In the data below, how many lines contain the string "BuildPart"? Give only the number.

--- Provided information Enclosed Below ---

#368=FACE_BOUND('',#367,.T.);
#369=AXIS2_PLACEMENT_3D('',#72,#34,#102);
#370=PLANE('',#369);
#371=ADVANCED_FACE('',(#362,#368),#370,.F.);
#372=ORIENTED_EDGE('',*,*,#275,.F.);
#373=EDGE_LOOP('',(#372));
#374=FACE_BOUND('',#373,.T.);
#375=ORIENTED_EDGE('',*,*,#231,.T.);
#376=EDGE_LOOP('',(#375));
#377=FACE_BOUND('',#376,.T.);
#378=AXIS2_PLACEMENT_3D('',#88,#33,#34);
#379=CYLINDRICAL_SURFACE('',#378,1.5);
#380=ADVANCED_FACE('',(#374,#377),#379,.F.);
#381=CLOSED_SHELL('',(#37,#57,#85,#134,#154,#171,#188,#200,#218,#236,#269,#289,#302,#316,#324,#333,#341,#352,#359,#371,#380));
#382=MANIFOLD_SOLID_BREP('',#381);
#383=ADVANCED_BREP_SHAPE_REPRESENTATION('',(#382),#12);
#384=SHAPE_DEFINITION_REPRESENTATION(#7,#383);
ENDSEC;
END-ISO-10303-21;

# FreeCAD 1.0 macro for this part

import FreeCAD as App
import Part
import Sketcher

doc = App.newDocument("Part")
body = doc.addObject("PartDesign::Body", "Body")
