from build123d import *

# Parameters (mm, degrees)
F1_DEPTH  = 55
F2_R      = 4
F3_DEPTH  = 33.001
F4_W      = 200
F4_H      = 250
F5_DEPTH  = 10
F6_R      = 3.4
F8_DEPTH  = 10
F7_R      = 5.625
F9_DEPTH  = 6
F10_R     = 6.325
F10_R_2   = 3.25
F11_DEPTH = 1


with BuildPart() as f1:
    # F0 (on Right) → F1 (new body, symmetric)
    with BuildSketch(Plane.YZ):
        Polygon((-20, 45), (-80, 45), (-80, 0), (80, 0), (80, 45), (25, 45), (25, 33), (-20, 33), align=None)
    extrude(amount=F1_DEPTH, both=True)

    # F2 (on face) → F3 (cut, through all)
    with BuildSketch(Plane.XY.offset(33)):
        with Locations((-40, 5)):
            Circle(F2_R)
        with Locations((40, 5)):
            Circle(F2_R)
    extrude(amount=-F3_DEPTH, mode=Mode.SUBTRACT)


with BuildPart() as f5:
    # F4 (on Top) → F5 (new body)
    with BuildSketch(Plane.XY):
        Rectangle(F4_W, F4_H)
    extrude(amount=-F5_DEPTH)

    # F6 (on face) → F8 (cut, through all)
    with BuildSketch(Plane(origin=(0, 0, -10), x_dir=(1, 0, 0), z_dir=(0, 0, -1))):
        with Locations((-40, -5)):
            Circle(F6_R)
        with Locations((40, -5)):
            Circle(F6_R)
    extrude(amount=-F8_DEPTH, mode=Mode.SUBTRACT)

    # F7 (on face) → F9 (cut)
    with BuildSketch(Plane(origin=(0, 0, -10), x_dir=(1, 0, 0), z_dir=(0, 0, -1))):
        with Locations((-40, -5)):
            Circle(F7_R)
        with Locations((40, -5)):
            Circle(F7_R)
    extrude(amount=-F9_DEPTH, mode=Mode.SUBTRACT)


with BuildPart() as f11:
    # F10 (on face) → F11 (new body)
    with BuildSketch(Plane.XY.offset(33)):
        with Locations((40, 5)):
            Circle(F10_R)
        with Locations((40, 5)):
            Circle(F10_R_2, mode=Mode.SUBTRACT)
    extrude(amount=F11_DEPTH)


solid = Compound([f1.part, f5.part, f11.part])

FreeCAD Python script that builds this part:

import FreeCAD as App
import Part
import Sketcher


def add_polygon(sketch, points):
    """Adds a closed chain of lines whose ends are joined by coincident constraints."""
    first, n = sketch.GeometryCount, len(points)
    for a, b in zip(points, points[1:] + points[:1]):
        sketch.addGeometry(Part.LineSegment(App.Vector(*a, 0), App.Vector(*b, 0)), False)
    for i in range(n):
        sketch.addConstraint(Sketcher.Constraint("Coincident", first + i, 2, first + (i + 1) % n, 1))

doc = App.newDocument("Part")
body = doc.addObject("PartDesign::Body", "Body")

# Sketch on YZ plane
sketch1 = body.newObject("Sketcher::SketchObject", "Sketch")
sketch1.AttachmentSupport = (doc.getObject("YZ_Plane"), [""])
sketch1.MapMode = "FlatFace"
add_polygon(sketch1, [(-20, 45), (-80, 45), (-80, 0), (80, 0), (80, 45), (25, 45), (25, 33), (-20, 33)])  # lines 0-7
sketch1.addConstraint(Sketcher.Constraint("Horizontal", 0))
sketch1.addConstraint(Sketcher.Constraint("Vertical", 1))
sketch1.addConstraint(Sketcher.Constraint("Horizontal", 2))
sketch1.addConstraint(Sketcher.Constraint("Vertical", 3))
sketch1.addConstraint(Sketcher.Constraint("Horizontal", 4))
sketch1.addConstraint(Sketcher.Constraint("Vertical", 5))
sketch1.addConstraint(Sketcher.Constraint("Horizontal", 6))
sketch1.addConstraint(Sketcher.Constraint("Vertical", 7))
sketch1.addConstraint(Sketcher.Constraint("Symmetric", 1, 2, 2, 2, -1, 1))
sketch1.addConstraint(Sketcher.Constraint("Horizontal", 0, 2, 3, 2))
sketch1.addConstraint(Sketcher.Constraint("Equal", 6, 1))
sketch1.addConstraint(Sketcher.Constraint("DistanceX", 0, 2, 0, 1, 60.0))
sketch1.addConstraint(Sketcher.Constraint("DistanceX", 2, 1, 2, 2, 160.0))
sketch1.addConstraint(Sketcher.Constraint("DistanceX", 4, 2, 4, 1, 55.0))
sketch1.addConstraint(Sketcher.Constraint("DistanceY", 5, 2, 5, 1, 12.0))
pad1 = body.newObject("PartDesign::Pad", "Pad")
pad1.Profile = sketch1
pad1.Length = 110
pad1.Midplane = True

# Sketch on XY plane
sketch2 = body.newObject("Sketcher::SketchObject", "Sketch001")
sketch2.AttachmentSupport = (doc.getObject("XY_Plane"), [""])
sketch2.MapMode = "FlatFace"
sketch2.AttachmentOffset = App.Placement(App.Vector(0, 0, 33), App.Rotation())
sketch2.addGeometry(Part.Circle(App.Vector(-40, 5, 0), App.Vector(0, 0, 1), 4), False)
sketch2.addGeometry(Part.Circle(App.Vector(40, 5, 0), App.Vector(0, 0, 1), 4), False)
sketch2.addConstraint(Sketcher.Constraint("Equal", 0, 1))
sketch2.addConstraint(Sketcher.Constraint("Symmetric", 0, 3, 1, 3, -2))
sketch2.addConstraint(Sketcher.Constraint("Diameter", 0, 8.0))
sketch2.addConstraint(Sketcher.Constraint("DistanceX", 0, 3, -1, 1, 40.0))
sketch2.addConstraint(Sketcher.Constraint("DistanceY", -1, 1, 0, 3, 5.0))
pocket1 = body.newObject("PartDesign::Pocket", "Pocket")
pocket1.Profile = sketch2
pocket1.Type = "ThroughAll"
body2 = doc.addObject("PartDesign::Body", "Body001")

# Sketch on XY plane
sketch3 = body2.newObject("Sketcher::SketchObject", "Sketch002")
sketch3.AttachmentSupport = (doc.getObject("XY_Plane001"), [""])
sketch3.MapMode = "FlatFace"
add_polygon(sketch3, [(-100, 125), (-100, -125), (100, -125), (100, 125)])  # lines 0-3
sketch3.addConstraint(Sketcher.Constraint("Vertical", 0))
sketch3.addConstraint(Sketcher.Constraint("Horizontal", 1))
sketch3.addConstraint(Sketcher.Constraint("Vertical", 2))
sketch3.addConstraint(Sketcher.Constraint("Horizontal", 3))
sketch3.addConstraint(Sketcher.Constraint("Symmetric", 0, 2, 2, 2, -1, 1))
sketch3.addConstraint(Sketcher.Constraint("DistanceX", 1, 1, 1, 2, 200.0))
sketch3.addConstraint(Sketcher.Constraint("DistanceY", 0, 2, 0, 1, 250.0))
pad2 = body2.newObject("PartDesign::Pad", "Pad001")
pad2.Profile = sketch3
pad2.Length = 10
pad2.Reversed = True

# Sketch on XY plane
sketch4 = body2.newObject("Sketcher::SketchObject", "Sketch003")
sketch4.AttachmentSupport = (doc.getObject("XY_Plane001"), [""])
sketch4.MapMode = "FlatFace"
sketch4.AttachmentOffset = App.Placement(App.Vector(0, 0, -10), App.Rotation())
sketch4.addGeometry(Part.Circle(App.Vector(-40, 5, 0), App.Vector(0, 0, 1), 3.4), False)
sketch4.addGeometry(Part.Circle(App.Vector(40, 5, 0), App.Vector(0, 0, 1), 3.4), False)
sketch4.addConstraint(Sketcher.Constraint("Equal", 0, 1))
sketch4.addConstraint(Sketcher.Constraint("Symmetric", 0, 3, 1, 3, -2))
sketch4.addConstraint(Sketcher.Constraint("Diameter", 0, 6.8))
sketch4.addConstraint(Sketcher.Constraint("DistanceX", 0, 3, -1, 1, 40.0))
sketch4.addConstraint(Sketcher.Constraint("DistanceY", -1, 1, 0, 3, 5.0))
pocket2 = body2.newObject("PartDesign::Pocket", "Pocket001")
pocket2.Profile = sketch4
pocket2.Type = "ThroughAll"
pocket2.Reversed = True

# Sketch on XY plane
sketch5 = body2.newObject("Sketcher::SketchObject", "Sketch004")
sketch5.AttachmentSupport = (doc.getObject("XY_Plane001"), [""])
sketch5.MapMode = "FlatFace"
sketch5.AttachmentOffset = App.Placement(App.Vector(0, 0, -10), App.Rotation())
sketch5.addGeometry(Part.Circle(App.Vector(-40, 5, 0), App.Vector(0, 0, 1), 6), False)
sketch5.addGeometry(Part.Circle(App.Vector(40, 5, 0), App.Vector(0, 0, 1), 6), False)
sketch5.addConstraint(Sketcher.Constraint("Equal", 0, 1))
sketch5.addConstraint(Sketcher.Constraint("Symmetric", 0, 3, 1, 3, -2))
sketch5.addConstraint(Sketcher.Constraint("Diameter", 0, 11.25))
sketch5.addConstraint(Sketcher.Constraint("DistanceX", 0, 3, -1, 1, 40.0))
sketch5.addConstraint(Sketcher.Constraint("DistanceY", -1, 1, 0, 3, 5.0))
pocket3 = body2.newObject("PartDesign::Pocket", "Pocket002")
pocket3.Profile = sketch5
pocket3.Length = 6
pocket3.Reversed = True
body3 = doc.addObject("PartDesign::Body", "Body002")

# Sketch on XY plane
sketch6 = body3.newObject("Sketcher::SketchObject", "Sketch005")
sketch6.AttachmentSupport = (doc.getObject("XY_Plane002"), [""])
sketch6.MapMode = "FlatFace"
sketch6.AttachmentOffset = App.Placement(App.Vector(0, 0, 33), App.Rotation())
sketch6.addGeometry(Part.Circle(App.Vector(40, 5, 0), App.Vector(0, 0, 1), 6.3), False)
sketch6.addGeometry(Part.Circle(App.Vector(40, 5, 0), App.Vector(0, 0, 1), 3.2), False)
sketch6.addConstraint(Sketcher.Constraint("Coincident", 1, 3, 0, 3))
sketch6.addConstraint(Sketcher.Constraint("Diameter", 1, 6.5))
sketch6.addConstraint(Sketcher.Constraint("Diameter", 0, 12.65))
sketch6.addConstraint(Sketcher.Constraint("DistanceX", -1, 1, 0, 3, 40.0))
sketch6.addConstraint(Sketcher.Constraint("DistanceY", -1, 1, 0, 3, 5.0))
pad3 = body3.newObject("PartDesign::Pad", "Pad002")
pad3.Profile = sketch6
pad3.Length = 1

doc.recompute()
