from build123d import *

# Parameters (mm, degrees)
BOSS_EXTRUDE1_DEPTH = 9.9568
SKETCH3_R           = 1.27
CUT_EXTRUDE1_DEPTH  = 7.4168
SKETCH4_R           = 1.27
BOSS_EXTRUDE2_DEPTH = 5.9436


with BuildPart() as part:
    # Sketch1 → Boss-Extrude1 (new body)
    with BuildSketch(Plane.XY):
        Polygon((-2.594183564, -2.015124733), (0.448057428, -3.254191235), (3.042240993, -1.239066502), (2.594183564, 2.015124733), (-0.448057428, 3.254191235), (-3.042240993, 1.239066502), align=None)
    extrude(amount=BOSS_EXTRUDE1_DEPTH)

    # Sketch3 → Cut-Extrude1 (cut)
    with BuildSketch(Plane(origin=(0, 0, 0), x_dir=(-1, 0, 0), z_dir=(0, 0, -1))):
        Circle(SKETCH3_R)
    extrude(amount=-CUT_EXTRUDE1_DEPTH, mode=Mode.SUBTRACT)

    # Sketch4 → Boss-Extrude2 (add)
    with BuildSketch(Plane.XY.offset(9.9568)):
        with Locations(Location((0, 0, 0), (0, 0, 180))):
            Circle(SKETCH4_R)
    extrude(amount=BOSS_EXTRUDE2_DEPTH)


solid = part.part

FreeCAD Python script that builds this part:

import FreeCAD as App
import Part
import Sketcher

V = App.Vector
Q = App.Units.Quantity

doc = App.newDocument("Part")
body = doc.addObject("PartDesign::Body", "Body")

# Sketch on XY plane
sketch1 = body.newObject("Sketcher::SketchObject", "Sketch")
sketch1.AttachmentSupport = (doc.getObject("XY_Plane"), [""])
sketch1.MapMode = "FlatFace"
sketch1.addGeometry([
    Part.LineSegment(V(-2.6, -2, 0), V(0.4, -3.3, 0)),  # 0
    Part.LineSegment(V(0.4, -3.3, 0), V(3, -1.2, 0)),  # 1
    Part.LineSegment(V(3, -1.2, 0), V(2.6, 2, 0)),  # 2
    Part.LineSegment(V(2.6, 2, 0), V(-0.4, 3.3, 0)),  # 3
    Part.LineSegment(V(-0.4, 3.3, 0), V(-3, 1.2, 0)),  # 4
    Part.LineSegment(V(-3, 1.2, 0), V(-2.6, -2, 0)),  # 5
], False)
sketch1.addConstraint([
    Sketcher.Constraint("Coincident", 0, 2, 1, 1),
    Sketcher.Constraint("Coincident", 1, 2, 2, 1),
    Sketcher.Constraint("Coincident", 2, 2, 3, 1),
    Sketcher.Constraint("Coincident", 3, 2, 4, 1),
    Sketcher.Constraint("Coincident", 4, 2, 5, 1),
    Sketcher.Constraint("Coincident", 5, 2, 0, 1),
    Sketcher.Constraint("Symmetric", 0, 2, 3, 2, -1, 1),
    Sketcher.Constraint("Symmetric", 1, 2, 4, 2, -1, 1),
    Sketcher.Constraint("Symmetric", 2, 2, 5, 2, -1, 1),
    Sketcher.Constraint("Equal", 0, 1),
    Sketcher.Constraint("Equal", 1, 2),
    Sketcher.Constraint("DistanceY", 1, 2, 3, 2, Q("0.1768999 in")),
    Sketcher.Constraint("DistanceX", 3, 2, 1, 2, Q("3.490298 mm")),
    Sketcher.Constraint("DistanceY", 0, 2, -1, 1, Q("3.254191 mm")),
    Sketcher.Constraint("DistanceX", -1, 1, 1, 2, Q("3.042241 mm")),
])
pad1 = body.newObject("PartDesign::Pad", "Pad")
pad1.Profile = sketch1
pad1.Length = Q("0.392 in")

# Sketch on XY plane
sketch2 = body.newObject("Sketcher::SketchObject", "Sketch001")
sketch2.AttachmentSupport = (doc.getObject("XY_Plane"), [""])
sketch2.MapMode = "FlatFace"
sketch2.addGeometry(Part.Circle(V(0, 0, 0), V(0, 0, 1), 1.3), False)
sketch2.addConstraint([
    Sketcher.Constraint("Coincident", 0, 3, -1, 1),
    Sketcher.Constraint("Diameter", 0, Q("0.1 in")),
])
pocket1 = body.newObject("PartDesign::Pocket", "Pocket")
pocket1.Profile = sketch2
pocket1.Length = Q("0.292 in")
pocket1.Reversed = True

# Sketch on XY plane
sketch3 = body.newObject("Sketcher::SketchObject", "Sketch002")
sketch3.AttachmentSupport = (doc.getObject("XY_Plane"), [""])
sketch3.MapMode = "FlatFace"
sketch3.AttachmentOffset = App.Placement(V(0, 0, 0.392 * 25.4), App.Rotation())
sketch3.addGeometry(Part.Circle(V(0, 0, 0), V(0, 0, 1), 1.3), False)
sketch3.addConstraint([
    Sketcher.Constraint("Coincident", 0, 3, -1, 1),
    Sketcher.Constraint("Diameter", 0, Q("0.1 in")),
])
pad2 = body.newObject("PartDesign::Pad", "Pad001")
pad2.Profile = sketch3
pad2.Length = Q("0.234 in")

doc.recompute()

--- End of Enclosed Provided information ---

**Expected answer:** 4